H. Effects of the Invention As described above, according to the present invention, the following excellent effects can be obtained.

(1) When the detection level of the overcurrent flowing in the first power supply line is equal to or higher than a predetermined value, the second semiconductor switch is directly turned on by the detection current, so that the power supply can be quickly and reliably switched.

(2) Since the coil of the electromagnetic contactor is directly excited by the detection current of the first power supply line, not only is the closing of the electromagnetic contactor reliable, but also the more the detection current increases due to overcurrent, the more the biasing force becomes. It becomes stronger (the throwing power increases in proportion to the square of the current from the theoretical LI ² of the electromagnetic force of the coil) and is injected in a shorter time.

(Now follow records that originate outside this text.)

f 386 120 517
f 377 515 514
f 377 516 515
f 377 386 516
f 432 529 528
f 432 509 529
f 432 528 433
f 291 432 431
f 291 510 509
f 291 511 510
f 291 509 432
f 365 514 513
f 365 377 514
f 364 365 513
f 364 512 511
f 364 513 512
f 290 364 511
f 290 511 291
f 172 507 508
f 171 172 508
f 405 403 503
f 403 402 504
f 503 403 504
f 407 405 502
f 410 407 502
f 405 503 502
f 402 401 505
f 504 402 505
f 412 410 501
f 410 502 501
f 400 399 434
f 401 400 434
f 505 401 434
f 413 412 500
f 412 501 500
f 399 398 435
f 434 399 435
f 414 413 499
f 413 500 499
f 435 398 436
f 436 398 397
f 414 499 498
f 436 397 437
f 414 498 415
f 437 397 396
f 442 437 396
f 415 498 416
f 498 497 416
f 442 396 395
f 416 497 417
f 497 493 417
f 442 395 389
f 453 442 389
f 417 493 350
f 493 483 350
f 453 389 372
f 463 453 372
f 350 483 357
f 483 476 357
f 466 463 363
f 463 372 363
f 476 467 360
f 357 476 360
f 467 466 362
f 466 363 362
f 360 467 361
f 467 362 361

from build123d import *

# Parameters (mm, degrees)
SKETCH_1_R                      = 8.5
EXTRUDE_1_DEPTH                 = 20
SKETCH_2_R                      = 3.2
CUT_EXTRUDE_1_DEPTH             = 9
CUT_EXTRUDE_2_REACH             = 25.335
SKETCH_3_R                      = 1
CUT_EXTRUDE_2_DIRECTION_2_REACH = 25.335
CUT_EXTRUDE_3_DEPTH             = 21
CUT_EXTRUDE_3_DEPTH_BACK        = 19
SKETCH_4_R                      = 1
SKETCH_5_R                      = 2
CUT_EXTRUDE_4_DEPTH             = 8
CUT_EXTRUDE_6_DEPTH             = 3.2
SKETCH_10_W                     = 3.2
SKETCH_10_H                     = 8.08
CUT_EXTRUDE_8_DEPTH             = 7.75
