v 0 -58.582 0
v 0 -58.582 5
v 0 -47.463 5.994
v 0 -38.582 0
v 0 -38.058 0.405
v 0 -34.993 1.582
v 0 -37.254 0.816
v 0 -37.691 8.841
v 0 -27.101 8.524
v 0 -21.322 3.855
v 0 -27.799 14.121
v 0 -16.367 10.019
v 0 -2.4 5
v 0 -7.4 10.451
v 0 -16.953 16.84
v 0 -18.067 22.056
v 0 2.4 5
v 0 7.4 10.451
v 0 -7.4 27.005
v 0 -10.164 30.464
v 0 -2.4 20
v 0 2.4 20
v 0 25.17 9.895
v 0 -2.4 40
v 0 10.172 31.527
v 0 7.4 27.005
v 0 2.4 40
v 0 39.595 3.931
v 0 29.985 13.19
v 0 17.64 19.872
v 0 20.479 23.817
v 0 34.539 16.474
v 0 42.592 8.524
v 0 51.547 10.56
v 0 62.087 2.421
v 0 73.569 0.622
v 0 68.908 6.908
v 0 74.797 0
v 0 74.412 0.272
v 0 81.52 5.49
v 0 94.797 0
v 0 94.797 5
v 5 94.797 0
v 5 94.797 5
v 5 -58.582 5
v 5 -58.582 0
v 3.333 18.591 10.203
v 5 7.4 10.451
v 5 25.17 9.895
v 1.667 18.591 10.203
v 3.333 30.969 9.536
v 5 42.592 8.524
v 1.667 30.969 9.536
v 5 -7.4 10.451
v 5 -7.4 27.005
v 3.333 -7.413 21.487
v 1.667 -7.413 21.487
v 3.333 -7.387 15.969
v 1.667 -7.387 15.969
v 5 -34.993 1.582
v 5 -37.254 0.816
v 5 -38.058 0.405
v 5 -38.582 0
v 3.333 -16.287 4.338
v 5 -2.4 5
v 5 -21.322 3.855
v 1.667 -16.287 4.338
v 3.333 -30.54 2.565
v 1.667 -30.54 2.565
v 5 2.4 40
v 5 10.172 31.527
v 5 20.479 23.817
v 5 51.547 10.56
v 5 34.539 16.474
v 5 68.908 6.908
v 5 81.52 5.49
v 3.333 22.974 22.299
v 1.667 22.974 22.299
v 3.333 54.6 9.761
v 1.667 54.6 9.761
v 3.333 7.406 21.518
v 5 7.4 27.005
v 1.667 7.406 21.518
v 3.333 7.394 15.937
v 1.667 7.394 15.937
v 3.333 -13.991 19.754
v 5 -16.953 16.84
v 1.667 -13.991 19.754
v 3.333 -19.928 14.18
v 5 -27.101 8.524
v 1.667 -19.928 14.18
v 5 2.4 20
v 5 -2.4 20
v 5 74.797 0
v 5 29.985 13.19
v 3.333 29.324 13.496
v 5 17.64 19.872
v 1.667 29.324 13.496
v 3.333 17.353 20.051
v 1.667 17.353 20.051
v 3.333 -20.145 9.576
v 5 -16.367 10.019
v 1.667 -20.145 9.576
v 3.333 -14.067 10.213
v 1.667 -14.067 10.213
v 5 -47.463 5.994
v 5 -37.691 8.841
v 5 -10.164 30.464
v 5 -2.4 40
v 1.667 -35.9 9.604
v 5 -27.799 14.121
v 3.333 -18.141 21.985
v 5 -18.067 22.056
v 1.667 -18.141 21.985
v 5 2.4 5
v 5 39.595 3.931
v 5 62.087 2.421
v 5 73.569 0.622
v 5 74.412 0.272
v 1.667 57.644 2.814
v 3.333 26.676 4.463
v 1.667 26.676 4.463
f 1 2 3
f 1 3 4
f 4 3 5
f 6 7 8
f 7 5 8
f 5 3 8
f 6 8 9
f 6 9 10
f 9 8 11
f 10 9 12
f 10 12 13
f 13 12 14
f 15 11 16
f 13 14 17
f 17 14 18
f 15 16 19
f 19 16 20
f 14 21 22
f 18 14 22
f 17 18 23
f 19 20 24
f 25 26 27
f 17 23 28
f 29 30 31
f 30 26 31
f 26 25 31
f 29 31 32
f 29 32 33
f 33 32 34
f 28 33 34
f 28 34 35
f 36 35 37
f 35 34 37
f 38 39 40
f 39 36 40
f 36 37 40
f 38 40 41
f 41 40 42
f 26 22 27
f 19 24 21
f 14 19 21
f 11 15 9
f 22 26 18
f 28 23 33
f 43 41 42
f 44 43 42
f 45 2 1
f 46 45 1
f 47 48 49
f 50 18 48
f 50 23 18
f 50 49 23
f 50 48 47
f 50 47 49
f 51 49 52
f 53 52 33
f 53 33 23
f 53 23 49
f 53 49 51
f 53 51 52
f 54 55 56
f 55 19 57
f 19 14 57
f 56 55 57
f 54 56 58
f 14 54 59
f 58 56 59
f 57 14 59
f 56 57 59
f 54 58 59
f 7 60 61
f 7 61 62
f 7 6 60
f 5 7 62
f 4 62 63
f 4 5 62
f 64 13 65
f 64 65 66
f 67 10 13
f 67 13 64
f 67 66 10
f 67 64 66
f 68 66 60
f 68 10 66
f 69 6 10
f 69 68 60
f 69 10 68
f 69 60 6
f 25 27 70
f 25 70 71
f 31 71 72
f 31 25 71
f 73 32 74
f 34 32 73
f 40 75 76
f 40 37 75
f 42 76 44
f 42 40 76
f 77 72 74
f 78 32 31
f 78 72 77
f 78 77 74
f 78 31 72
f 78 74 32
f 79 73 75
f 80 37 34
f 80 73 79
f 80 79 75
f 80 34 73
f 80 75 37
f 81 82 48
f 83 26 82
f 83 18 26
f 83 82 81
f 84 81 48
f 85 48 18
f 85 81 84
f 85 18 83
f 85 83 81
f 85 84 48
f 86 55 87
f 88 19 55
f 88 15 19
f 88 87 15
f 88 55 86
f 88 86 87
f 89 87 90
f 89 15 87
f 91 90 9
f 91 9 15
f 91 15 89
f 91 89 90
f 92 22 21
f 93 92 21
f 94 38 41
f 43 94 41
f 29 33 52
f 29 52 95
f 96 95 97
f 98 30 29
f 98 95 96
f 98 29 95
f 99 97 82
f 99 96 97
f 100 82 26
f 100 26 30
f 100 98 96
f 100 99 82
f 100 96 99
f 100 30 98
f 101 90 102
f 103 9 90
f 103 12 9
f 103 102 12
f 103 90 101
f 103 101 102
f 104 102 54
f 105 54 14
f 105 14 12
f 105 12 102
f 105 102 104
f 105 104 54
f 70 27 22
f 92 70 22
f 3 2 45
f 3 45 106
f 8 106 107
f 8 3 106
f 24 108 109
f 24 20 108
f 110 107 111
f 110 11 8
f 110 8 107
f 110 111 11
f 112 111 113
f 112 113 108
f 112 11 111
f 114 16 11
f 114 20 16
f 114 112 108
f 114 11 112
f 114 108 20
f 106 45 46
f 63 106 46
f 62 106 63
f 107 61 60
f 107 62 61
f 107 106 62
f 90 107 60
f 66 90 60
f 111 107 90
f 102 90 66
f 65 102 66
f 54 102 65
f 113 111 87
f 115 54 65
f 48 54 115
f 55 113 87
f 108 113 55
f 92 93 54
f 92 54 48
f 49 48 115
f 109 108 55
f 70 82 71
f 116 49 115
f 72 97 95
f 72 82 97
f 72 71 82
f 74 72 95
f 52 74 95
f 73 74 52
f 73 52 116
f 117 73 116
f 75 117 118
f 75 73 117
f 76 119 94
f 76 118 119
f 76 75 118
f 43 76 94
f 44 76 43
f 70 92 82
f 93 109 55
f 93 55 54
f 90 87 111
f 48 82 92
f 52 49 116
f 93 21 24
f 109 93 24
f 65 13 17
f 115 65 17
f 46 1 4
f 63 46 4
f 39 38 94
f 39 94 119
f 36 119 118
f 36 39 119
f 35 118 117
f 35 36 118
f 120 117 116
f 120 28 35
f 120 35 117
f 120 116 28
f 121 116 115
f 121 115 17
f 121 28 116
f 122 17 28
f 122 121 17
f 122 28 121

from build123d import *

# Parameters (mm, degrees)
F0_W     = 2.4
F0_H     = 15
F1_DEPTH = 5


# Not quite as in the source:
# - a feature names something its author has since deleted; it is built from what else it names


with BuildPart() as f1:
    # F0 (on Right) → F1 (new body)
    with BuildSketch(Plane.YZ):
        with Locations((-1.2, 12.5)):
            Rectangle(F0_W, F0_H)
        with Locations((1.2, 12.5)):
            Rectangle(F0_W, F0_H)
        with BuildLine():
            Line((2.4, 20), (2.4, 5))
            add(Edge.make_bspline(
                [(74.7971267972, 0), (71.3879865607, 3.4156564958), (16.494217181, 5), (2.4, 5)],
                knots=[0, 0, 0, 0, 72.5695801868, 72.5695801868, 72.5695801868, 72.5695801868], degree=3))
            Line((74.7971267972, 0), (94.7971267972, 0))
            Line((94.7971267972, 0), (94.7971267972, 5))
            add(Edge.make_bspline(
                [(2.4, 40), (16.6215170175, 20.5895993859), (51.1409416795, 5), (94.7971267972, 5)],
                knots=[0, 0, 0, 0, 98.8039930387, 98.8039930387, 98.8039930387, 98.8039930387], degree=3))
            Line((2.4, 40), (2.4, 20))
        make_face()
        with BuildLine():
            add(Edge.make_bspline(
                [(7.4, 27.0048175007), (7.4282917172, 21.6293986887), (7.3717082828, 15.8260287717), (7.4, 10.4506099597)],
                knots=[0, 0, 0, 0, 16.554207541, 16.554207541, 16.554207541, 16.554207541], degree=3))
            add(Edge.make_bspline(
                [(42.5923541188, 8.5242791101), (28.9157964289, 12.3093035072), (16.1028206348, 20.2473960817), (7.4, 27.0048175007)],
                knots=[0, 0, 0, 0, 39.7496174526, 39.7496174526, 39.7496174526, 39.7496174526], degree=3))
            add(Edge.make_bspline(
                [(7.4, 10.4506099597), (17.3497335032, 10.4361297563), (31.9942831993, 9.6850190312), (42.5923541188, 8.5242791101)],
                knots=[0, 0, 0, 0, 35.2450356641, 35.2450356641, 35.2450356641, 35.2450356641], degree=3))
        make_face(mode=Mode.SUBTRACT)
        with BuildLine():
            add(Edge.make_bspline(
                [(-2.4, 5), (-13.9117193222, 5), (-35.8368966605, 2.8542873915), (-38.5822232689, 0)],
                knots=[0, 0, 0, 0, 36.5260630329, 36.5260630329, 36.5260630329, 36.5260630329], degree=3))
            Line((-2.4, 5), (-2.4, 20))
            Line((-2.4, 20), (-2.4, 30.4898899049))
            Line((-2.4, 30.4898899049), (-2.4, 40))
            add(Edge.make_bspline(
                [(-58.5822232689, 5), (-32.4707888067, 5), (-18.0997792631, 19.8830608279), (-2.4, 40)],
                knots=[0, 0, 0, 0, 66.1924634036, 66.1924634036, 66.1924634036, 66.1924634036], degree=3))
            Line((-58.5822232689, 5), (-58.5822232689, 0))
            Line((-58.5822232689, 0), (-38.5822232689, 0))
        make_face()
        with BuildLine():
            add(Edge.make_bspline(
                [(-7.4, 27.0048175007), (-14.9471499026, 18.3299258351), (-18.6816509813, 14.8076107726), (-27.100559324, 8.5242791101)],
                knots=[0, 0, 0, 0, 27.0118925084, 27.0118925084, 27.0118925084, 27.0118925084], degree=3))
            add(Edge.make_bspline(
                [(-7.4, 27.0048175007), (-7.4600156685, 21.4867483204), (-7.3399843315, 15.96867914), (-7.4, 10.4506099597)],
                knots=[0, 0, 0, 0, 16.554207541, 16.554207541, 16.554207541, 16.554207541], degree=3))
            add(Edge.make_bspline(
                [(-27.100559324, 8.5242791101), (-19.2162878811, 9.7881155089), (-14.8515102789, 10.4084629565), (-7.4, 10.4506099597)],
                knots=[0, 0, 0, 0, 19.7945140941, 19.7945140941, 19.7945140941, 19.7945140941], degree=3))
        make_face(mode=Mode.SUBTRACT)
    extrude(amount=F1_DEPTH)


solid = f1.part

(3) The second power supply line is wound in a coil shape around the first power supply line, and the first power supply line current is suppressed by the second power supply line current. The current can be suppressed.

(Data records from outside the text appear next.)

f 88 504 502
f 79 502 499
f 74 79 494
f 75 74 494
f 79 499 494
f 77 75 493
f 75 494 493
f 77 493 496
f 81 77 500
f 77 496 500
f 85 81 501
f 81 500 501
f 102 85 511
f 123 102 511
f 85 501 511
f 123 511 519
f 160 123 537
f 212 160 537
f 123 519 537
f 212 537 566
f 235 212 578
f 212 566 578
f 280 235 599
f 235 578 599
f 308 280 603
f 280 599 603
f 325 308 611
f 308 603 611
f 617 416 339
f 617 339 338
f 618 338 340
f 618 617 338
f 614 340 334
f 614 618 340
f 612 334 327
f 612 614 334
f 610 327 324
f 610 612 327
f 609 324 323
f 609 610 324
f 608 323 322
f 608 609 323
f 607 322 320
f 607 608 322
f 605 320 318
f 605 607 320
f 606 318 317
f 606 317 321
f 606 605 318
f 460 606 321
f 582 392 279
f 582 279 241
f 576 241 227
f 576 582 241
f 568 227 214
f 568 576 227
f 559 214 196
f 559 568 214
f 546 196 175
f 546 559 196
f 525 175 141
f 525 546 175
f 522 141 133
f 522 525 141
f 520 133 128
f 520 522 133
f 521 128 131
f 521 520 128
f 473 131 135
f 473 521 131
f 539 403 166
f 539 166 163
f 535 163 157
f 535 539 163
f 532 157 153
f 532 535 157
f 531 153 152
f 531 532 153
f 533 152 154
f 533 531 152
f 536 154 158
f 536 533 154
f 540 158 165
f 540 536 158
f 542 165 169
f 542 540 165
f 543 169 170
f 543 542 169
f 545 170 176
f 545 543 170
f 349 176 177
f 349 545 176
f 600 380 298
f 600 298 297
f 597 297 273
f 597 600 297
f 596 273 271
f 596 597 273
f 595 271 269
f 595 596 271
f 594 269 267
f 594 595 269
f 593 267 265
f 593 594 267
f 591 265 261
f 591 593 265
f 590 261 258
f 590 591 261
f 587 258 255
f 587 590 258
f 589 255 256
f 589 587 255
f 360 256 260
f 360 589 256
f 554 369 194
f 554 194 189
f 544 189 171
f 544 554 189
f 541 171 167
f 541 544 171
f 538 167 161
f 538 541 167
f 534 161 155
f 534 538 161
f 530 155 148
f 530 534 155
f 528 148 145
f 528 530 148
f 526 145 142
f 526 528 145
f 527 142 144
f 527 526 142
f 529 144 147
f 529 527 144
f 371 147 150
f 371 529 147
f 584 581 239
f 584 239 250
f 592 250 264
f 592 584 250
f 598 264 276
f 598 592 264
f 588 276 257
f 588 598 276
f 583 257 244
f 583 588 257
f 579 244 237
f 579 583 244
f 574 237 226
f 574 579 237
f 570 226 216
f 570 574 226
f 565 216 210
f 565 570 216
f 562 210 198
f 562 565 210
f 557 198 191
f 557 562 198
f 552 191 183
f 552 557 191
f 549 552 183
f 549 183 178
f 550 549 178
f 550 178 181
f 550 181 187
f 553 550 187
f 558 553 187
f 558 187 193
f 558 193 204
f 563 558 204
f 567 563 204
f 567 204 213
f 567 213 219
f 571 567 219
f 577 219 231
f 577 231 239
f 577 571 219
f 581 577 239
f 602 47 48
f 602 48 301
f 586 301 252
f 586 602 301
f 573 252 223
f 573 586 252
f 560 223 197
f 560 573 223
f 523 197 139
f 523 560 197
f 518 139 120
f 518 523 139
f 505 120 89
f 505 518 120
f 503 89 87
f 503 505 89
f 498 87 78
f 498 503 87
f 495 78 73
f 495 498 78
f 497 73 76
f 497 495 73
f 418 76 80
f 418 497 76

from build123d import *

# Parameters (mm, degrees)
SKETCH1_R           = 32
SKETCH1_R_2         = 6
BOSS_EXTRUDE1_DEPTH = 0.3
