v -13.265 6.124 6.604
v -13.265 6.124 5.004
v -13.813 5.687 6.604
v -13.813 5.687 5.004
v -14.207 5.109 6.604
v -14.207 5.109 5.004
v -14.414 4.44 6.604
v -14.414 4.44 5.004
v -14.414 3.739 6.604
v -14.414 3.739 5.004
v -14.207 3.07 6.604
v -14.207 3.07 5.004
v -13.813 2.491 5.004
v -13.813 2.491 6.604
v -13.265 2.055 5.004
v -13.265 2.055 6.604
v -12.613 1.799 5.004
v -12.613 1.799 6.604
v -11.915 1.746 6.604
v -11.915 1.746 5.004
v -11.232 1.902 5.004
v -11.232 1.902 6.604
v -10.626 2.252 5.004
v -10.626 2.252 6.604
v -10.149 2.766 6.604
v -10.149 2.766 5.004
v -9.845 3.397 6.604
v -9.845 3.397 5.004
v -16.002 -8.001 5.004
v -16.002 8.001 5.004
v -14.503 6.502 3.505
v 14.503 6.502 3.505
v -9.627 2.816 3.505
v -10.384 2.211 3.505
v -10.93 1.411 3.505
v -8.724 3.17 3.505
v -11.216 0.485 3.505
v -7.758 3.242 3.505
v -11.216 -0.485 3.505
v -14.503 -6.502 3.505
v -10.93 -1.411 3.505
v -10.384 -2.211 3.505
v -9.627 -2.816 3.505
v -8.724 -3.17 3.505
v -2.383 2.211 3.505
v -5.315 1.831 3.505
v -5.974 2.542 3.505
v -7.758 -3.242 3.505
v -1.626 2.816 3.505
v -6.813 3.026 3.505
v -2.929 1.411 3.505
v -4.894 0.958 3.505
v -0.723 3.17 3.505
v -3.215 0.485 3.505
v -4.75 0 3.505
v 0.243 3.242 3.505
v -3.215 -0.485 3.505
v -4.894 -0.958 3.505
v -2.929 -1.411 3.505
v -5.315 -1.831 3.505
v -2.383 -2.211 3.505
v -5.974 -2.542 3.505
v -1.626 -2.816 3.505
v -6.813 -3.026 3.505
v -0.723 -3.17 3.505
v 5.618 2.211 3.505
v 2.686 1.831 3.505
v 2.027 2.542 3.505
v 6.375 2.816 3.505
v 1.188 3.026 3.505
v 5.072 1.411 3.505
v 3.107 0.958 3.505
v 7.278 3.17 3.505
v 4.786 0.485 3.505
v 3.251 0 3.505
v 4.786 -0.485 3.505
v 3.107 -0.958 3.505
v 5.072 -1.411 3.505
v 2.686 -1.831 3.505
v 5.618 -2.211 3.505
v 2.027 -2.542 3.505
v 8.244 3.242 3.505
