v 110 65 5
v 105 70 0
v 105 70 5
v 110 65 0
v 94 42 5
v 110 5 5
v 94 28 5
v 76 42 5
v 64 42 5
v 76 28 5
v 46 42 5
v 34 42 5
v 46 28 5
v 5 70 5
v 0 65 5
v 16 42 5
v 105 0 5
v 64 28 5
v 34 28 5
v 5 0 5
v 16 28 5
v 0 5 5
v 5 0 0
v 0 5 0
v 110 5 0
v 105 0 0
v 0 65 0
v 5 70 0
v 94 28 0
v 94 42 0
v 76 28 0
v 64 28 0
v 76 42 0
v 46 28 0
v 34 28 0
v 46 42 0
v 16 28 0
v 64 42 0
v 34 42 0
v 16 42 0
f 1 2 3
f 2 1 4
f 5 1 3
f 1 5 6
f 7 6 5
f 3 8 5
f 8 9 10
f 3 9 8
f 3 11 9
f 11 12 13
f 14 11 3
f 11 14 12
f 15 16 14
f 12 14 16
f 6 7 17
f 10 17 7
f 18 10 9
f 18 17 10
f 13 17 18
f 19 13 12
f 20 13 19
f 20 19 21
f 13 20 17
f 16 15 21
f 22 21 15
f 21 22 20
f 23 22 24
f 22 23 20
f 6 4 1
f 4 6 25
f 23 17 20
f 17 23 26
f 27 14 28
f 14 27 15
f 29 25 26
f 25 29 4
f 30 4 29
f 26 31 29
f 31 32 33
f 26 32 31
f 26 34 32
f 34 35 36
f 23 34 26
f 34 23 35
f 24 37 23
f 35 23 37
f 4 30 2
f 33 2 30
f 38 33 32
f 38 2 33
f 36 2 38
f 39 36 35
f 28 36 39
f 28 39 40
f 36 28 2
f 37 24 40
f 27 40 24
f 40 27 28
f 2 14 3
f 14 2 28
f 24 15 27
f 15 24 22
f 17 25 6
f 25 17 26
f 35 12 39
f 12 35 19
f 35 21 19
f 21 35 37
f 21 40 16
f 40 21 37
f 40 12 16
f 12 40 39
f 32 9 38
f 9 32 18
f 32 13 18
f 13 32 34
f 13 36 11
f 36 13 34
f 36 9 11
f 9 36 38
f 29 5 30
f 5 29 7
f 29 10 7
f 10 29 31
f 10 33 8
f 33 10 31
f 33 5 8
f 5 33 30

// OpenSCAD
$fn = 32;

// ----------------------------------------------------------------------
// Windowed plate: 3 voids, 110 x 70 x 5 mm
// ----------------------------------------------------------------------

// --- parameters (mm) ---
plate_l = 110;            // plate length, X
plate_w = 70;             // plate width, Y
plate_t = 5;              // plate thickness, Z
edge_margin = 10;         // wall from the plate edge to any window
windows = 3;              // number of windows in the row
win_l = 18;               // window length
win_w = 14;               // window width
win_pitch = 30;           // window pitch along X
depth_1 = 5;              // depth of void 1 (full thickness = through)
depth_2 = 5;              // depth of void 2 (full thickness = through)
depth_3 = 5;              // depth of void 3 (full thickness = through)
corner_c = 5;             // corner chamfer of the plate

profile = [[5, 0], [105, 0], [110, 5], [110, 65], [105, 70], [5, 70], [0, 65], [0, 5]];  // primary outline, 8 points, counter clockwise
void_1 = [[16, 28], [34, 28], [34, 42], [16, 42]];  // window 1 of the row, 4 points
void_2 = [[46, 28], [64, 28], [64, 42], [46, 42]];  // window 2 of the row, 4 points
void_3 = [[76, 28], [94, 28], [94, 42], [76, 42]];  // window 3 of the row, 4 points

// --- the one profile operation ---
difference() {
  linear_extrude(height = plate_t) polygon(points = profile);
  translate([0, 0, -1])
    linear_extrude(height = plate_t + 2) polygon(points = void_1);
  translate([0, 0, -1])
    linear_extrude(height = plate_t + 2) polygon(points = void_2);
  translate([0, 0, -1])
    linear_extrude(height = plate_t + 2) polygon(points = void_3);
}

(4) Due to the effect of the above item (3), the first power supply line side first
A system power supply, for example, a CVCF power supply, can be constructed economically.

[Brief description of the drawings]

FIG. 1 is a circuit diagram showing an embodiment of the present invention, FIG. 2 is a circuit diagram of a main part of the embodiment, and FIG. 3 is a circuit diagram showing an example of a conventional device. 1a: CVCF power supply device, 1b: commercial power supply, 2a: first semiconductor switch, 2b: second semiconductor switch, 3: load, 5: control circuit, 6: closing coil, 7: electromagnetic contactor, 11: first power supply Electric wire, 12: second power supply line, 13, 14, current transformer, 15: level detection circuit, 16, 17, 22a to 22n, 23a to 23n: diode, 21: capacitor.

Claims (1)

(57) [Claims] A first power supply connected to a load via a first semiconductor switch and a first power supply line; and a second power supply connected to the load via a second semiconductor switch and a second power supply line. 1 connected to a first feeder line between the semiconductor switch and the load,
In a load separating and interrupting method of a power supply device for supplying power from a first system power supply or a second system power supply to a load by controlling on / off of the first and second semiconductor switches, the first power supply line and the second power supply A second power supply line near a common connection point of the electric wires is wound around the first power supply line in a direction to cancel a current flowing through the first power supply line, and the common connection point of the first power supply line and the second power supply line is connected to the second power supply line. Detecting a current flowing through a first power supply line connecting the first semiconductor switch and, when the detected current is equal to or more than a predetermined value, controlling a second semiconductor switch to be on according to the detected current; 1. A load separating and interrupting method, wherein a current flowing through one power supply line is detected, and a coil of an electromagnetic contactor connected in parallel to a second semiconductor switch is excited by the detected current.